▶ Task requirements
For the entries below, the expected answer is the line with "f 448 157 160", the line with "fillet(fillet1_edges, radius=FILLET1_R)", and every line between them, exactly as written, and nothing more.

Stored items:
*** Begin section ***
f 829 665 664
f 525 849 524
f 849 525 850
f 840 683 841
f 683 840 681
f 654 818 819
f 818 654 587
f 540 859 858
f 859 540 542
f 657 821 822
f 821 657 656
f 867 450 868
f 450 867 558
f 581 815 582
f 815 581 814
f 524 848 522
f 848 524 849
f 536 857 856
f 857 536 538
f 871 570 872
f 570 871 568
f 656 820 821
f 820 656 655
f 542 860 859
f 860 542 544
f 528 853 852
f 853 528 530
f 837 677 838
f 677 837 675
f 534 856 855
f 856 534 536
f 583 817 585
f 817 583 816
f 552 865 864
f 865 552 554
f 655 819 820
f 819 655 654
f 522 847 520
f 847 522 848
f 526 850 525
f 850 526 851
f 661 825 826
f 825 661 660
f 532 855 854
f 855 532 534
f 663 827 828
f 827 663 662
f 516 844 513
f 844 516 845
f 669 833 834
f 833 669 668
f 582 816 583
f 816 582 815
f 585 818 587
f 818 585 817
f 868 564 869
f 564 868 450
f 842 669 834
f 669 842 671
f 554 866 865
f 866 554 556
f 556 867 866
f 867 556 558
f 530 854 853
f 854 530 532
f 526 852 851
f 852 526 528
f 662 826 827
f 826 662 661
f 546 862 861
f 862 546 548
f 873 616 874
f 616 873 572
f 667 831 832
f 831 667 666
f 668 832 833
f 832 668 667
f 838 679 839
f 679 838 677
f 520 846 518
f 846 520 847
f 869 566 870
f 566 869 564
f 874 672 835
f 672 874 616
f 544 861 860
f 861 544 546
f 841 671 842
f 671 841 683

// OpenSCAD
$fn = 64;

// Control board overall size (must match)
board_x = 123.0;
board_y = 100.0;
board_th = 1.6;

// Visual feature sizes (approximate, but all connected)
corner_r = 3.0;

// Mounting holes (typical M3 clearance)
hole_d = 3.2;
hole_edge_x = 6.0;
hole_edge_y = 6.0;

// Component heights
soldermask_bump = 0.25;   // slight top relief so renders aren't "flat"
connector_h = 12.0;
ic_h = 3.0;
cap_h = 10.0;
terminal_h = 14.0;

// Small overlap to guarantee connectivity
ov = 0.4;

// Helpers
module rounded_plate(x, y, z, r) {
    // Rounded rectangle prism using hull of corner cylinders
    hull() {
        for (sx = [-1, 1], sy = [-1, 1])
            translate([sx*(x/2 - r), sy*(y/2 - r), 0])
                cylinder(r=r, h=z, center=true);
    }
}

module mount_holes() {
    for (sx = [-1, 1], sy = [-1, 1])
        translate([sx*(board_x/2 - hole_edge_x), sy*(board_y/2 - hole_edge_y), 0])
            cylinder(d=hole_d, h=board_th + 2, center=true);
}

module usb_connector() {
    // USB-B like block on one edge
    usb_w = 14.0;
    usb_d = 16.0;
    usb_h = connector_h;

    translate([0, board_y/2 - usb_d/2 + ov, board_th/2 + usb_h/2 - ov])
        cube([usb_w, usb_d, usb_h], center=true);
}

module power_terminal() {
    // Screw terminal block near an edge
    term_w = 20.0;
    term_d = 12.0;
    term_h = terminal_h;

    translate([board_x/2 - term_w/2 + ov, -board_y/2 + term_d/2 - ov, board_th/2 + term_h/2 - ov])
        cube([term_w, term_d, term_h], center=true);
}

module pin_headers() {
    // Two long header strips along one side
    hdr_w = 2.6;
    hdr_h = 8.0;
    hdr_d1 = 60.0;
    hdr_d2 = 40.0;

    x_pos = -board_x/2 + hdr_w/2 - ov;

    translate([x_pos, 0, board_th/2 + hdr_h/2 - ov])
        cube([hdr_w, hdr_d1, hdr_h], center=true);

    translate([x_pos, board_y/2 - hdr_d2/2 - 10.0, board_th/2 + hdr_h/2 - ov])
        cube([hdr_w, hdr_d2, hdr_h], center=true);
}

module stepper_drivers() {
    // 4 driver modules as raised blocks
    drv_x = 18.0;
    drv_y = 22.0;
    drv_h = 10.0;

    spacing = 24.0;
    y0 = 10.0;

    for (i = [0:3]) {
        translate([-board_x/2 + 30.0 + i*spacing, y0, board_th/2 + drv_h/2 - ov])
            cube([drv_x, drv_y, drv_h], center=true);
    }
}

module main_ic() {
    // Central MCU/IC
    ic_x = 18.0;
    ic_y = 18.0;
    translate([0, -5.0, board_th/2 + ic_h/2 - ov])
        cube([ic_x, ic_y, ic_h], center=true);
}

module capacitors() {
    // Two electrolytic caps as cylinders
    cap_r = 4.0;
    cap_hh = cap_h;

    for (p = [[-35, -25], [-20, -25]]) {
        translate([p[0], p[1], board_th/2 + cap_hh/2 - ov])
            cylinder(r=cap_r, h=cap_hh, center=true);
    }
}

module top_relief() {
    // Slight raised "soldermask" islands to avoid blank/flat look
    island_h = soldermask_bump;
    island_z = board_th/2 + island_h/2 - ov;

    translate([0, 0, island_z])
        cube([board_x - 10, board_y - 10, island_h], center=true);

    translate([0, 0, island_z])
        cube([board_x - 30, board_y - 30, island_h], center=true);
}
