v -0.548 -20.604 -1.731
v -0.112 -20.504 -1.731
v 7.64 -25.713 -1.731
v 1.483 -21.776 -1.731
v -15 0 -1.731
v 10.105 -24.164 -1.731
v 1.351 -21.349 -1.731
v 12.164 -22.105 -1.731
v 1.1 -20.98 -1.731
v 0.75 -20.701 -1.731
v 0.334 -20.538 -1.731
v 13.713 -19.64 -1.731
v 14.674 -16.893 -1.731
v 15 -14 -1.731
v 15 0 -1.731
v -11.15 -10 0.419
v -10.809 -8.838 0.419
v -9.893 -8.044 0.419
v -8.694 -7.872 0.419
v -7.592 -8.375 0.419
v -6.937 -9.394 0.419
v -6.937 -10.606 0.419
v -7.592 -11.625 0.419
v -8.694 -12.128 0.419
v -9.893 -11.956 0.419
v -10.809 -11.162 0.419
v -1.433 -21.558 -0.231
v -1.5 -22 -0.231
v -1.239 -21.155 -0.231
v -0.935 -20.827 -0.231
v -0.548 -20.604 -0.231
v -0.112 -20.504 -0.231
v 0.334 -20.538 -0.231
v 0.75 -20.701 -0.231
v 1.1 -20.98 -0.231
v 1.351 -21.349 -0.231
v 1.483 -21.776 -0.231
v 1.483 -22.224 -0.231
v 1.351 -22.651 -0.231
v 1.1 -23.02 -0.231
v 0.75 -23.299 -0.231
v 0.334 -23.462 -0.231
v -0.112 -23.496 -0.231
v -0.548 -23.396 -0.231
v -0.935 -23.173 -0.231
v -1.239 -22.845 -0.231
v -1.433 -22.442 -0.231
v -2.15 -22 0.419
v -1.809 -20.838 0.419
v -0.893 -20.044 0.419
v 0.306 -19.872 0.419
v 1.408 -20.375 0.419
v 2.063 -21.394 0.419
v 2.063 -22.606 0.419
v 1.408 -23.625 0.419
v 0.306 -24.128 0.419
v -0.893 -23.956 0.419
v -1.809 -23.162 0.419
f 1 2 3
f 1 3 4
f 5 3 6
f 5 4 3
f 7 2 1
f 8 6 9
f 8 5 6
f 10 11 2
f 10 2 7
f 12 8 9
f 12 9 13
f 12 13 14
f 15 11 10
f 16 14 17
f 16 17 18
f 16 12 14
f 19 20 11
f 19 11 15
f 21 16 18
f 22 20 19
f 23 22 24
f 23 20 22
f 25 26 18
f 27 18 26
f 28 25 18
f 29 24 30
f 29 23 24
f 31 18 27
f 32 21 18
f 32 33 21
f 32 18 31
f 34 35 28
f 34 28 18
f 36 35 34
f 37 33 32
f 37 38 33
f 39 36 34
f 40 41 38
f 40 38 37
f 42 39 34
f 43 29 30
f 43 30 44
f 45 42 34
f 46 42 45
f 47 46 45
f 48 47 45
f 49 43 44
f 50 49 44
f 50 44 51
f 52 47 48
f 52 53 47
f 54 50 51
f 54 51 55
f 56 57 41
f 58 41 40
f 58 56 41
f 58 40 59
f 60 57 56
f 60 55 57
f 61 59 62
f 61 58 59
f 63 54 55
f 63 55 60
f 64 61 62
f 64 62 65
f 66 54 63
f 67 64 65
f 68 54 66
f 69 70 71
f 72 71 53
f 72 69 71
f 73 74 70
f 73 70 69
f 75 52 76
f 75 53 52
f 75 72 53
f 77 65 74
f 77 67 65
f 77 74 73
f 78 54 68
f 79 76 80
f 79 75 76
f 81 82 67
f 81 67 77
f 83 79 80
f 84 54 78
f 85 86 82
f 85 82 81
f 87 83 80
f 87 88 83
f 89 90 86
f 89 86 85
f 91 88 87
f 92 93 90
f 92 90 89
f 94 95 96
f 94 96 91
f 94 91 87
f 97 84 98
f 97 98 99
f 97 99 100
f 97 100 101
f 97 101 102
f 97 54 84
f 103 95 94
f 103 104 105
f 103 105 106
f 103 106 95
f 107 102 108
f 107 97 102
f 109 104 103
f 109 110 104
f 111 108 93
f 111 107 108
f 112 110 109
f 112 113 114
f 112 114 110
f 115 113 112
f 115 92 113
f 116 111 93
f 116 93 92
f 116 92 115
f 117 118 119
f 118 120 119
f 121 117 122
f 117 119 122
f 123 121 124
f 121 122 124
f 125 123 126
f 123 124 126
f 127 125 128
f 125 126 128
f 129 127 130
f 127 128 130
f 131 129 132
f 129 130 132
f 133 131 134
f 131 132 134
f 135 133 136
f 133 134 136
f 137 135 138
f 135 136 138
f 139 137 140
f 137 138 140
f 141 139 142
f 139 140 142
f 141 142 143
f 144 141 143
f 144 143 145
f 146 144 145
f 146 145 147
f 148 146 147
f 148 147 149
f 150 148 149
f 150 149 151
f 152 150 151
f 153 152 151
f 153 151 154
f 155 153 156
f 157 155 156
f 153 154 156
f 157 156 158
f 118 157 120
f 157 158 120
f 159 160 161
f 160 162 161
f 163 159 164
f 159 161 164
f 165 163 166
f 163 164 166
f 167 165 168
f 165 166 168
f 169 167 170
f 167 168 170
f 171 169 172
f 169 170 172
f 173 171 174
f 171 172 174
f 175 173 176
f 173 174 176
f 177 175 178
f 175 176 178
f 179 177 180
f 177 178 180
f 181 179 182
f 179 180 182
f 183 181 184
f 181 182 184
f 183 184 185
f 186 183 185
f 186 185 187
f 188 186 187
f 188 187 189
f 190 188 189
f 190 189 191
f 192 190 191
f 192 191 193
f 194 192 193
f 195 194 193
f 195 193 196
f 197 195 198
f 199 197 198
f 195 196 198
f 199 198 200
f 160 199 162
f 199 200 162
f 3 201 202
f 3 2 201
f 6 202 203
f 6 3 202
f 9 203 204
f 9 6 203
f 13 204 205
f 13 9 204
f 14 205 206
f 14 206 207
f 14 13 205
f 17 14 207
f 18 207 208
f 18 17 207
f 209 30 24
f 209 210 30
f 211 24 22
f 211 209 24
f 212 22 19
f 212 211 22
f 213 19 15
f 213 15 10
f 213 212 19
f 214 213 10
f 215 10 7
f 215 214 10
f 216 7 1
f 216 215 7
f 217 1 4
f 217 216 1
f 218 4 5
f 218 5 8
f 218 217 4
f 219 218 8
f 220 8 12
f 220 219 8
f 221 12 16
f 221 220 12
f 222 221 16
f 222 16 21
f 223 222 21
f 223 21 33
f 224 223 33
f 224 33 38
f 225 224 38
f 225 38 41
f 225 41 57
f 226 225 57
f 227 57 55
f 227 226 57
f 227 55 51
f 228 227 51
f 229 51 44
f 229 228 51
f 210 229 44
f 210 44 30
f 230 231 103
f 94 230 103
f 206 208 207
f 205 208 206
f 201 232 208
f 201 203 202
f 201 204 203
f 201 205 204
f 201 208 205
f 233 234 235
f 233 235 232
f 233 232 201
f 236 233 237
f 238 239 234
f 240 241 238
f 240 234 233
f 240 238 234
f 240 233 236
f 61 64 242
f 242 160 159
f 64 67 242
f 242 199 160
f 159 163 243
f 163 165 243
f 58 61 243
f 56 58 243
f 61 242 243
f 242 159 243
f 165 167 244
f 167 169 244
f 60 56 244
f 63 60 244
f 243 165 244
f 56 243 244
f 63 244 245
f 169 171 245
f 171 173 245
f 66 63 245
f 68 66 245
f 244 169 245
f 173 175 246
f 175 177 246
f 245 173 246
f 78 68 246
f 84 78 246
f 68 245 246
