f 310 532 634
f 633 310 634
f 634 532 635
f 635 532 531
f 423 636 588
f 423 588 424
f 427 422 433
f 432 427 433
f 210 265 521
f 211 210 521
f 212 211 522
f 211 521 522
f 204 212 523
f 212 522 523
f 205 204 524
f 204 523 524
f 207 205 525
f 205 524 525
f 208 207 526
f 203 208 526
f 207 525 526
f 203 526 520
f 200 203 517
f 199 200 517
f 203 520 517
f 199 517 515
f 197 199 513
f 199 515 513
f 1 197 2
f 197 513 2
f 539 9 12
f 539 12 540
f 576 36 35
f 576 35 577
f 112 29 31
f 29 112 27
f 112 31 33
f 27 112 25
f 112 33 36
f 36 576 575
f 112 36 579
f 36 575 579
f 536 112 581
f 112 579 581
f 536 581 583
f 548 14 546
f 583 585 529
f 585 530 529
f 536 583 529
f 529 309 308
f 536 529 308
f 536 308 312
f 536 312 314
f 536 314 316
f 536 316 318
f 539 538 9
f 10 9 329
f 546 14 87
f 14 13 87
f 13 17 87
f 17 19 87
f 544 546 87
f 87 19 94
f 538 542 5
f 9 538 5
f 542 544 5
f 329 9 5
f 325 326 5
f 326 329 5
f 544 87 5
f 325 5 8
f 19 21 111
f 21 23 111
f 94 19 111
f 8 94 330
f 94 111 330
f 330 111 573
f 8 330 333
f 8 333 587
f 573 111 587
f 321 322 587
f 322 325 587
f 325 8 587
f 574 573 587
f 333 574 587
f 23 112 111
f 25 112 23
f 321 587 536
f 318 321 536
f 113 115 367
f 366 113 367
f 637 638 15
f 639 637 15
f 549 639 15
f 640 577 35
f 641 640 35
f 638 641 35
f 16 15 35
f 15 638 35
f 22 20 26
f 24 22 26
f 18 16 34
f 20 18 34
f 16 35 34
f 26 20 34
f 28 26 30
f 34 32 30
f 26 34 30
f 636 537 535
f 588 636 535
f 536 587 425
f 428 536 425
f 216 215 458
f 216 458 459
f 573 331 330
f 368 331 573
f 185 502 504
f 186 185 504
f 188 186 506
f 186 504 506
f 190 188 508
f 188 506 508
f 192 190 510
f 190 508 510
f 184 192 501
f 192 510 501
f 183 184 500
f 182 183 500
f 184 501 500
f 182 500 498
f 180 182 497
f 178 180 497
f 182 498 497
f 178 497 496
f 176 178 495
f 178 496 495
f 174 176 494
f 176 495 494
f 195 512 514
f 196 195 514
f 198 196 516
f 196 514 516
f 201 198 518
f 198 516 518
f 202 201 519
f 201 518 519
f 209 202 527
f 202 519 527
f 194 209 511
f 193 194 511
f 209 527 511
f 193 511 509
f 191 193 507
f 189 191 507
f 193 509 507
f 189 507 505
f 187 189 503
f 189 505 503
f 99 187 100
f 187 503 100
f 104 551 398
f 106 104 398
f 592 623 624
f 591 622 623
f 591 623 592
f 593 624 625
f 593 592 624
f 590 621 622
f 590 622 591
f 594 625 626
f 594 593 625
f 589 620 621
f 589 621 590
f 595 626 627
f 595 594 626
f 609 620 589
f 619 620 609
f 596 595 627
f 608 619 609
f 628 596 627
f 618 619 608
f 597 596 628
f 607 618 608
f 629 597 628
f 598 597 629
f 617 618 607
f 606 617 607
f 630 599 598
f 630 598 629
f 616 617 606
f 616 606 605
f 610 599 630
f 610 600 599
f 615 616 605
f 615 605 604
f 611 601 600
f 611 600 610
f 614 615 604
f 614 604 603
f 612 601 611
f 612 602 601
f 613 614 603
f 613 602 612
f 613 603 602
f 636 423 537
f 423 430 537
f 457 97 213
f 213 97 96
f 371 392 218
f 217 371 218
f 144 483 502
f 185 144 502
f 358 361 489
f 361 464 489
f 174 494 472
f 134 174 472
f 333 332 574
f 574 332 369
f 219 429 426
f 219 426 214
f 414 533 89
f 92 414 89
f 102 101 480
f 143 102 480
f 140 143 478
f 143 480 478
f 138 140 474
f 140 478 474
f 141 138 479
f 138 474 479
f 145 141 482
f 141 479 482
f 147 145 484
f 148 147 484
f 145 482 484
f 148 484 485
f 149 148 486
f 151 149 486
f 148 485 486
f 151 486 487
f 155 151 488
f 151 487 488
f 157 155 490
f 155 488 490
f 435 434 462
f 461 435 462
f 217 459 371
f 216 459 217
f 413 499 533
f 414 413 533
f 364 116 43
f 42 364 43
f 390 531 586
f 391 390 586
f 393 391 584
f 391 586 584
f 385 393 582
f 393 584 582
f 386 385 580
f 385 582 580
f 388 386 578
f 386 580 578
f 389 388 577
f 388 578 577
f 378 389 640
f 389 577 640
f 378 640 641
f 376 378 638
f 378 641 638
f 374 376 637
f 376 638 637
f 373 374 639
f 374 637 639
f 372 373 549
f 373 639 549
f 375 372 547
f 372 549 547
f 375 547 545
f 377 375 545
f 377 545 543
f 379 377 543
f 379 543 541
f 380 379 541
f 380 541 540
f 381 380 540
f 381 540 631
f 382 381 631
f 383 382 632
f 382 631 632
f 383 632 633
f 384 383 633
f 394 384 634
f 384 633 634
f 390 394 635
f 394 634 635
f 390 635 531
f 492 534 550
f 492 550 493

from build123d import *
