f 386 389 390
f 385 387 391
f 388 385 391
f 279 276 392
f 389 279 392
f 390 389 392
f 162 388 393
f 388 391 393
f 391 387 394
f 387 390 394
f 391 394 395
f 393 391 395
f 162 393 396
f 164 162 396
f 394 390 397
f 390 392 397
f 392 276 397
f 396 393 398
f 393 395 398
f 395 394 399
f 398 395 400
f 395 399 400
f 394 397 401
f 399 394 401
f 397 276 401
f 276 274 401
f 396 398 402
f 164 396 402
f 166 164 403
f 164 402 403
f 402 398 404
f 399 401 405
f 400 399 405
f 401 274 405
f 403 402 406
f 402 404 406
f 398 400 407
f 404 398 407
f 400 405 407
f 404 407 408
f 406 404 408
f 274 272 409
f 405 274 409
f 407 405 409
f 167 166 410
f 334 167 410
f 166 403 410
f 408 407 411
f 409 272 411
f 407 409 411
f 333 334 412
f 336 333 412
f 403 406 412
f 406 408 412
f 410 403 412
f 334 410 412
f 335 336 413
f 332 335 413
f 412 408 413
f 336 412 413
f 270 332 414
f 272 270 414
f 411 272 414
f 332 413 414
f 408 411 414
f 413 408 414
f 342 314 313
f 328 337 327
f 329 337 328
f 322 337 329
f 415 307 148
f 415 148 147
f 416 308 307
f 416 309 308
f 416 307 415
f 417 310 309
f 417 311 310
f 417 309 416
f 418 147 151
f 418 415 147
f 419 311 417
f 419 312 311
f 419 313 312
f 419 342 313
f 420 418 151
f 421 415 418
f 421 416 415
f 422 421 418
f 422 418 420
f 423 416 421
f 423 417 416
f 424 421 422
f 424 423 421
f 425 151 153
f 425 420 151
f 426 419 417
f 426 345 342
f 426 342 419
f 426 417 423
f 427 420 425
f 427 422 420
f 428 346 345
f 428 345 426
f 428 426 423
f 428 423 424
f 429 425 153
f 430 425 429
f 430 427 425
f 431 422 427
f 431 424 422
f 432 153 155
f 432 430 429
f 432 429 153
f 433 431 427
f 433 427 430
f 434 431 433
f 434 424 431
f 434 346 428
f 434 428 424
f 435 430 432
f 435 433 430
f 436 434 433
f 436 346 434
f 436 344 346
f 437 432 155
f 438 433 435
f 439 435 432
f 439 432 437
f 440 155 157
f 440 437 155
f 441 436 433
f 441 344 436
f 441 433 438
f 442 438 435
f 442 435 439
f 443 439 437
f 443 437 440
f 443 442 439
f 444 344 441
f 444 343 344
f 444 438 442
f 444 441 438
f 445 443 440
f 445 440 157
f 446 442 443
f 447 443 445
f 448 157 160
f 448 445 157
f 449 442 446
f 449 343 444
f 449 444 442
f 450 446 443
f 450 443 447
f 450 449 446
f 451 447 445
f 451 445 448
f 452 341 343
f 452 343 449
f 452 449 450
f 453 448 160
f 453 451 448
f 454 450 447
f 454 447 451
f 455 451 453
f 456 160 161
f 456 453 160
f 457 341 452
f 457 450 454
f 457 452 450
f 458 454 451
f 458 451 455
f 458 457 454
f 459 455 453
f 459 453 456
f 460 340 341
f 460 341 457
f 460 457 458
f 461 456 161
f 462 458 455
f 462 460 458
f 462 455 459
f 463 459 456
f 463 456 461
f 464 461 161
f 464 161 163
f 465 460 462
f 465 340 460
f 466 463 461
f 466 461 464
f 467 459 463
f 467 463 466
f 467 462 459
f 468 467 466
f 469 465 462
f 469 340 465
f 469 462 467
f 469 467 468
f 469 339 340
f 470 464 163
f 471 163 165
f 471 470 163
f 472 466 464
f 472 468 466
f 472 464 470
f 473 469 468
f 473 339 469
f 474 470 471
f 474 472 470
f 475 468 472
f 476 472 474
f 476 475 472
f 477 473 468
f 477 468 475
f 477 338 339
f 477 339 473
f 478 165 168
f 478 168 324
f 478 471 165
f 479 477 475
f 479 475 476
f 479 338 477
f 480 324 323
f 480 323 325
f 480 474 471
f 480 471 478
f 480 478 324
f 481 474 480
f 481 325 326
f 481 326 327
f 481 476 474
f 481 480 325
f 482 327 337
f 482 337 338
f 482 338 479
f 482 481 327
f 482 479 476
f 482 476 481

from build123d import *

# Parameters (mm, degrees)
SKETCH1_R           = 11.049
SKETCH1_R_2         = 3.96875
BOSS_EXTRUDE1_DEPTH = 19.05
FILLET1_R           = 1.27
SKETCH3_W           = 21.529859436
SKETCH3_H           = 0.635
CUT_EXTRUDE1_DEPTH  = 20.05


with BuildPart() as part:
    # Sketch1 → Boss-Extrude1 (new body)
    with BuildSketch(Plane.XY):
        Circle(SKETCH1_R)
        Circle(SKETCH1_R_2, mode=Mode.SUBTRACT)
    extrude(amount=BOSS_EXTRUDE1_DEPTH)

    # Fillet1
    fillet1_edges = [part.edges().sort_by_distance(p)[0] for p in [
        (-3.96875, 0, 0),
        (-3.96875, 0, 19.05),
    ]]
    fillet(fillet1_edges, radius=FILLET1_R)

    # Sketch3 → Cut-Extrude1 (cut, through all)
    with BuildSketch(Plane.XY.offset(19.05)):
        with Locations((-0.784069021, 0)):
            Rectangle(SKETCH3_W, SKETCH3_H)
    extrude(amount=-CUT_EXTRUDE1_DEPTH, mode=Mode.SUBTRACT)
*** End section ***
▶ Result
f 448 157 160
f 448 445 157
f 449 442 446
f 449 343 444
f 449 444 442
f 450 446 443
f 450 443 447
f 450 449 446
f 451 447 445
f 451 445 448
f 452 341 343
f 452 343 449
f 452 449 450
f 453 448 160
f 453 451 448
f 454 450 447
f 454 447 451
f 455 451 453
f 456 160 161
f 456 453 160
f 457 341 452
f 457 450 454
f 457 452 450
f 458 454 451
f 458 451 455
f 458 457 454
f 459 455 453
f 459 453 456
f 460 340 341
f 460 341 457
f 460 457 458
f 461 456 161
f 462 458 455
f 462 460 458
f 462 455 459
f 463 459 456
f 463 456 461
f 464 461 161
f 464 161 163
f 465 460 462
f 465 340 460
f 466 463 461
f 466 461 464
f 467 459 463
f 467 463 466
f 467 462 459
f 468 467 466
f 469 465 462
f 469 340 465
f 469 462 467
f 469 467 468
f 469 339 340
f 470 464 163
f 471 163 165
f 471 470 163
f 472 466 464
f 472 468 466
f 472 464 470
f 473 469 468
f 473 339 469
f 474 470 471
f 474 472 470
f 475 468 472
f 476 472 474
f 476 475 472
f 477 473 468
f 477 468 475
f 477 338 339
f 477 339 473
f 478 165 168
f 478 168 324
f 478 471 165
f 479 477 475
f 479 475 476
f 479 338 477
f 480 324 323
f 480 323 325
f 480 474 471
f 480 471 478
f 480 478 324
f 481 474 480
f 481 325 326
f 481 326 327
f 481 476 474
f 481 480 325
f 482 327 337
f 482 337 338
f 482 338 479
f 482 481 327
f 482 479 476
f 482 476 481

from build123d import *

# Parameters (mm, degrees)
SKETCH1_R           = 11.049
SKETCH1_R_2         = 3.96875
BOSS_EXTRUDE1_DEPTH = 19.05
FILLET1_R           = 1.27
SKETCH3_W           = 21.529859436
SKETCH3_H           = 0.635
CUT_EXTRUDE1_DEPTH  = 20.05


with BuildPart() as part:
    # Sketch1 → Boss-Extrude1 (new body)
    with BuildSketch(Plane.XY):
        Circle(SKETCH1_R)
        Circle(SKETCH1_R_2, mode=Mode.SUBTRACT)
    extrude(amount=BOSS_EXTRUDE1_DEPTH)

    # Fillet1
    fillet1_edges = [part.edges().sort_by_distance(p)[0] for p in [
        (-3.96875, 0, 0),
        (-3.96875, 0, 19.05),
    ]]
    fillet(fillet1_edges, radius=FILLET1_R)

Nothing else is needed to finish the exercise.